Their ‘can not be routed’ attribute might have a different scope:

  • over the Internet.
  • in transit even within seemingly isolated/closed networks.

This property of not being forwarded across specific links (as explicitly prescribed for some of them in the individual RFCs) can be enforced by different methods:

  • filtering of routing information of such networks (see e.g. RFC 1918).
  • filtering of traffic with a source address from such networks. This is the classic ‘bogon filtering’ performed in many enterprise networks on their Internet uplink devices.
  • filtering of traffic with a destination address of these blocks.

These respective methods can be implemented on different devices:

  • on routers
  • on middleboxes, for example (but not only) firewalls
  • on individual hosts (by means of a local packet filtering component or within the IP stack/on the kernel level).

Furthermore this behavior can be configurable, or not. It might be enabled by default, or not. Operators or sysadmins might be aware of the behavior and/or related config options, or not.
Some of the above intricacies are nicely illustrated in Emile Aben’s RIPE Labs article on “The Curious Case of 128.0/16”.

On the other hand looking at the numbers and the size of some of these blocks it becomes clear that a good chunk of the overall IPv4 address space belongs to the ‘Special-purpose addresses’ which, in times of IPv4 address space depletion ever getting more acute, whets the appetite of people thinking about ways to make them usable. The most prominent initiative is the “IPv4 unicast extensions project”.

The main idea here is to modify the Linux kernel (and others, but the idea was primarily presented in Linux circles) in a way that allows to use various parts of the special address space as regular unicast addresses. The line of reasoning is summarized in a slide set containing this one:

As a long-time Internet enthusiast I have to admit there’s a lot of good thoughts in that presentation. I particularly like the innovation angle and the care for startups.

Still, let’s evaluate the idea from a practitioners’ perspective. As laid out above there’s a variety of handling (usually: suppression) methods and places besides the Linux kernel for these addresses. This in turn makes it probably very hard in a sufficiently large or complex network to create full transparency if/where those addresses are filtered, especially as in the past there wasn’t much need to keep track of their actual handling (as they were dropped anyway, at some point in the network).
Honestly, even without my IPv6 hat (ok, here we are, I mentioned it 😉 ) I would be highly skeptical if the unicast-extensions approach is going to work outside small & isolated environments. E.g. how would one make sure that users from remote corporate sites connecting through different types of SOHO firewalls (different models from different ages) can actually flawlessly connect to data center located services operating on ‘extended IPv4 unicast addresses’?

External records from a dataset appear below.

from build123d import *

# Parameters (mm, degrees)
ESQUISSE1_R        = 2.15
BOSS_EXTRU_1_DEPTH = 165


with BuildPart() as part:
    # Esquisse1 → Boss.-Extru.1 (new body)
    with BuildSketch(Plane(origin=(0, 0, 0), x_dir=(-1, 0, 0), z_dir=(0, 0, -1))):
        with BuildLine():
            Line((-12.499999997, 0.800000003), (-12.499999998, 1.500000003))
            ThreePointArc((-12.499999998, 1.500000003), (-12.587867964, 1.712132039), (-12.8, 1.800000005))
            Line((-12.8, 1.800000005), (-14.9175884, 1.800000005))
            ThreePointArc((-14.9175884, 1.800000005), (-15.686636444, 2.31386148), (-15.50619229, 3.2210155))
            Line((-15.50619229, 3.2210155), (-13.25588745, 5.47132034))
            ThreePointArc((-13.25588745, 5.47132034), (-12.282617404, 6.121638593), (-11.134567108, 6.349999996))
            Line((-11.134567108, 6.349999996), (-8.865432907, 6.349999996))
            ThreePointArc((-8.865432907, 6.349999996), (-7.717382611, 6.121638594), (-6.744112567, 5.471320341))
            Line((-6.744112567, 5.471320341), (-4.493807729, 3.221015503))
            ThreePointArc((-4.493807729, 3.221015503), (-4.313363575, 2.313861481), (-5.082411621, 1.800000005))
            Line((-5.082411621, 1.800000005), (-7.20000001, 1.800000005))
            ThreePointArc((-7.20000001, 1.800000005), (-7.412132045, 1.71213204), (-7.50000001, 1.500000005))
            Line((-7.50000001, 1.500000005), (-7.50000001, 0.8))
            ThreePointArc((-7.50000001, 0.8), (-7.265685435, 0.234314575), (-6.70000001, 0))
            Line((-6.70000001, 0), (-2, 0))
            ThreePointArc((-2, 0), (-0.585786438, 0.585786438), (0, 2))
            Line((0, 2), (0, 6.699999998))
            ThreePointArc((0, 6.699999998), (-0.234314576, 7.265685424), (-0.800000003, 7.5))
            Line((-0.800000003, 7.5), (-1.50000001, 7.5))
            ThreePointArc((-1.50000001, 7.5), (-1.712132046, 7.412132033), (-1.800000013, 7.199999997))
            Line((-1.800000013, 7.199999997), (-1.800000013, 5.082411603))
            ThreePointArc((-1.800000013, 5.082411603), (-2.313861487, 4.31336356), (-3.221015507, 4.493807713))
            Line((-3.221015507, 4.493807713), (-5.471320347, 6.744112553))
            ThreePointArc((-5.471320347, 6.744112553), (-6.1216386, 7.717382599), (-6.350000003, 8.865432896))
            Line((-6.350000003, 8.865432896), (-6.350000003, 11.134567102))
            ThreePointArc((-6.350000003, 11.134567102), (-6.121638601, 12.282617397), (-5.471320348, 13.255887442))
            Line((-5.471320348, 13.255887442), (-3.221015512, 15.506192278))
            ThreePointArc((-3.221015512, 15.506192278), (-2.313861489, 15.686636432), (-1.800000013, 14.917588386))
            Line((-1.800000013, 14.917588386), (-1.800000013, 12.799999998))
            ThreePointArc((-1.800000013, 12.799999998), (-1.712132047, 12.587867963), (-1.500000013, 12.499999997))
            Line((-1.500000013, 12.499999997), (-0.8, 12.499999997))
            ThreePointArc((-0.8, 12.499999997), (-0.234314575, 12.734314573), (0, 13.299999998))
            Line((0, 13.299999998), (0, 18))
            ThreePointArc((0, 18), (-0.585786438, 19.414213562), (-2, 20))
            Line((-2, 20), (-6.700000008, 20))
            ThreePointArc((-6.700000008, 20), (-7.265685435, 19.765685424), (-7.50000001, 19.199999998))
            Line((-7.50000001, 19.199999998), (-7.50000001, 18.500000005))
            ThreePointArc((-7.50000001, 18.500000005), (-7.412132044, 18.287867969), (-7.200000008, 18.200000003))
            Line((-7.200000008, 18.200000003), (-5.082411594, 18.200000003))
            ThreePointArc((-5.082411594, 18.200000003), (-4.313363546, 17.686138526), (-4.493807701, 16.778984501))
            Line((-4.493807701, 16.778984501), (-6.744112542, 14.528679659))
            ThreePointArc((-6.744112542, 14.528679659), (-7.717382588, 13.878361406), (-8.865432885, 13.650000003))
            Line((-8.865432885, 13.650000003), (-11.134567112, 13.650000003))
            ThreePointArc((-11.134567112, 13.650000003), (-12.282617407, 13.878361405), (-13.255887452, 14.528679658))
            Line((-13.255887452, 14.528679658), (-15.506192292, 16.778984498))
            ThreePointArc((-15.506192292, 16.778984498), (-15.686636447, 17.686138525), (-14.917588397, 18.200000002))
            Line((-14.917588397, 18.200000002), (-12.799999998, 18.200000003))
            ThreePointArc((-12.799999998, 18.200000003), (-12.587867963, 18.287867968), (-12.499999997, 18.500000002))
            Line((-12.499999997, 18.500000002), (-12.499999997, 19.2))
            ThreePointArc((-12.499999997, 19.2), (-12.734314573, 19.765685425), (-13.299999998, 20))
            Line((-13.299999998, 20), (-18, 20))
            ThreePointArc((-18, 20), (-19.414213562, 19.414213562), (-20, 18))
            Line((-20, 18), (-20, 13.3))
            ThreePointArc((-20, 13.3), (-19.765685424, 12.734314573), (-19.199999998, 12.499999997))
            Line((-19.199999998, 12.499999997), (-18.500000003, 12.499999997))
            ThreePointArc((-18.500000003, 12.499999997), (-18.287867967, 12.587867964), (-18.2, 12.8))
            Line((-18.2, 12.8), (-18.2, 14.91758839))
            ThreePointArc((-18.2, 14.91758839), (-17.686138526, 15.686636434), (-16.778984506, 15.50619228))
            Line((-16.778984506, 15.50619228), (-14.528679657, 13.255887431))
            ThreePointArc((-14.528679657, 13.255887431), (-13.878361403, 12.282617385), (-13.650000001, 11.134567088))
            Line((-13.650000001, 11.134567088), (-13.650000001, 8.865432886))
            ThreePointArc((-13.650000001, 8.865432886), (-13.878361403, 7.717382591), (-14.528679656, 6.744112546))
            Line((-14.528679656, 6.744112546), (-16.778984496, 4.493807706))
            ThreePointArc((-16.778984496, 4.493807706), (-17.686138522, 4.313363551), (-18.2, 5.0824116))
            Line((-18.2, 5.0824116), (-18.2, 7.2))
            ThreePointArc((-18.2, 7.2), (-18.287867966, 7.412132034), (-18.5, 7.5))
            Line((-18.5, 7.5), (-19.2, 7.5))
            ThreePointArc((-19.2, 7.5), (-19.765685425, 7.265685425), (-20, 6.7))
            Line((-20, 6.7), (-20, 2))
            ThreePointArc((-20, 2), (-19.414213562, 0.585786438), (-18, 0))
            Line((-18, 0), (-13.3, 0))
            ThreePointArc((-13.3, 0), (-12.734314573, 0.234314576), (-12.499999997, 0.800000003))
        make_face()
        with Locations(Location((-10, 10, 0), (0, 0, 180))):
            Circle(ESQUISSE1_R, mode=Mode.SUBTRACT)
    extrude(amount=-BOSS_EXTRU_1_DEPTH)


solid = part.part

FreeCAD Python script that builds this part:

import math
import FreeCAD as App
import Part
import Sketcher

doc = App.newDocument("Part")
body = doc.addObject("PartDesign::Body", "Body")

# Sketch on XY plane
sketch1 = body.newObject("Sketcher::SketchObject", "Sketch")
sketch1.AttachmentSupport = (doc.getObject("XY_Plane"), [""])
sketch1.MapMode = "FlatFace"
sketch1.addGeometry([
    Part.LineSegment(App.Vector(12.5, 0.8, 0), App.Vector(12.5, 1.5, 0)),  # 0
    Part.ArcOfCircle(Part.Circle(App.Vector(12.8, 1.5, 0), App.Vector(0, 0, 1), 0.3), math.radians(90), math.radians(180)),  # 1
    Part.LineSegment(App.Vector(12.8, 1.8, 0), App.Vector(14.92, 1.8, 0)),  # 2
    Part.ArcOfCircle(Part.Circle(App.Vector(14.92, 2.63, 0), App.Vector(0, 0, 1), 0.83), math.radians(-90), math.radians(45)),  # 3
    Part.LineSegment(App.Vector(15.51, 3.22, 0), App.Vector(13.26, 5.47, 0)),  # 4
    Part.ArcOfCircle(Part.Circle(App.Vector(11.13, 3.35, 0), App.Vector(0, 0, 1), 3), math.radians(45), math.radians(90)),  # 5
    Part.LineSegment(App.Vector(11.13, 6.35, 0), App.Vector(8.87, 6.35, 0)),  # 6
    Part.ArcOfCircle(Part.Circle(App.Vector(8.87, 3.35, 0), App.Vector(0, 0, 1), 3), math.radians(90), math.radians(135)),  # 7
    Part.LineSegment(App.Vector(6.74, 5.47, 0), App.Vector(4.49, 3.22, 0)),  # 8
    Part.ArcOfCircle(Part.Circle(App.Vector(5.08, 2.63, 0), App.Vector(0, 0, 1), 0.83), math.radians(135), math.radians(270)),  # 9
    Part.LineSegment(App.Vector(5.08, 1.8, 0), App.Vector(7.2, 1.8, 0)),  # 10
    Part.ArcOfCircle(Part.Circle(App.Vector(7.2, 1.5, 0), App.Vector(0, 0, 1), 0.3), math.radians(0), math.radians(90)),  # 11
    Part.LineSegment(App.Vector(7.5, 1.5, 0), App.Vector(7.5, 0.8, 0)),  # 12
    Part.ArcOfCircle(Part.Circle(App.Vector(6.7, 0.8, 0), App.Vector(0, 0, 1), 0.8), math.radians(-90), math.radians(0)),  # 13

Finally there’s the question if these addresses are going to be used as another block of private addresses (as the recently added support of 0.0.0.0/8 in the Linux 5.3 kernel seems to imply) or if those are going to a new pool of ‘available IPv4 addresses’ to be distributed to the public via IANA/the RIRs. In that case, observing IPv4 address space related market dynamics in the last years, those addresses might well & soon end up in the hands of ‘the incumbents’, e.g. large cloud providers. Which wouldn’t exactly help innovators & startups then… but wait, ‘innovators’ are not exactly the population that should learn IPv4 anyway, right? 😉

tl;dr: I do not expect these addresses to be fit for (whatever) purpose within the next 24–48 months in the vast majority of environments.